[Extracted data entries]
=====
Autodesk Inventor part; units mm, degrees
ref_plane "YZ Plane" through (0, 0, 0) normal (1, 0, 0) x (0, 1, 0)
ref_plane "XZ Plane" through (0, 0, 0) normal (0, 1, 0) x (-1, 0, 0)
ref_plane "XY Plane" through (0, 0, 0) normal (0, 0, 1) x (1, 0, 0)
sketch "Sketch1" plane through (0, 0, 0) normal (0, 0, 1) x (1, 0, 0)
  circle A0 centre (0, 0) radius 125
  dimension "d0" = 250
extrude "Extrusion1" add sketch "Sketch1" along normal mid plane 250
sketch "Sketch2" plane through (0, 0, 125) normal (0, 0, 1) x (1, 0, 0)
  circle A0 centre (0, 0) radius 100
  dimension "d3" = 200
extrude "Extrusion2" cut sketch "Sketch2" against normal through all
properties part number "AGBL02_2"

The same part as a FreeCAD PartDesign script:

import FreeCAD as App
import Part
import Sketcher

V = App.Vector

doc = App.newDocument("Part")
params = doc.addObject("Spreadsheet::Sheet", "Params")
for row, (alias, value) in enumerate([
    ("sketch1_diameter", "250 mm"),
    ("pad1_length", "250 mm"),
    ("sketch2_diameter", "200 mm"),
], start=1):
    params.set(f"A{row}", alias)
    params.set(f"B{row}", "=" + value)
    params.setAlias(f"B{row}", alias)

body = doc.addObject("PartDesign::Body", "Body")

sketch1 = doc.addObject("Sketcher::SketchObject", "Sketch")
body.addObject(sketch1)
sketch1.AttachmentSupport = (doc.XY_Plane, [""])
sketch1.MapMode = "FlatFace"
sketch1.addGeometry(Part.Circle(V(0, 0, 0), V(0, 0, 1), 125), False)
sketch1.addConstraint(Sketcher.Constraint("Coincident", 0, 3, -1, 1))
sketch1.addConstraint(Sketcher.Constraint("Diameter", 0, 250.0))
sketch1.setExpression("Constraints[1]", "Params.sketch1_diameter")
pad1 = doc.addObject("PartDesign::Pad", "Pad")
body.addObject(pad1)
pad1.Profile = sketch1
pad1.setExpression("Length", "Params.pad1_length")
pad1.Midplane = True

sketch2 = doc.addObject("Sketcher::SketchObject", "Sketch001")
body.addObject(sketch2)
sketch2.AttachmentSupport = (doc.XY_Plane, [""])
sketch2.MapMode = "FlatFace"
sketch2.AttachmentOffset = App.Placement(V(0, 0, 125), App.Rotation())
sketch2.addGeometry(Part.Circle(V(0, 0, 0), V(0, 0, 1), 100), False)
sketch2.addConstraint(Sketcher.Constraint("Coincident", 0, 3, -1, 1))
sketch2.addConstraint(Sketcher.Constraint("Diameter", 0, 200.0))
sketch2.setExpression("Constraints[1]", "Params.sketch2_diameter")
pocket1 = doc.addObject("PartDesign::Pocket", "Pocket")
body.addObject(pocket1)
pocket1.Profile = sketch2
pocket1.Type = "ThroughAll"

doc.recompute()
=====
* Exercise details: The answer should be all lines from the entries above that hold the word "radius".

* Written response:
  circle A0 centre (0, 0) radius 125
  circle A0 centre (0, 0) radius 100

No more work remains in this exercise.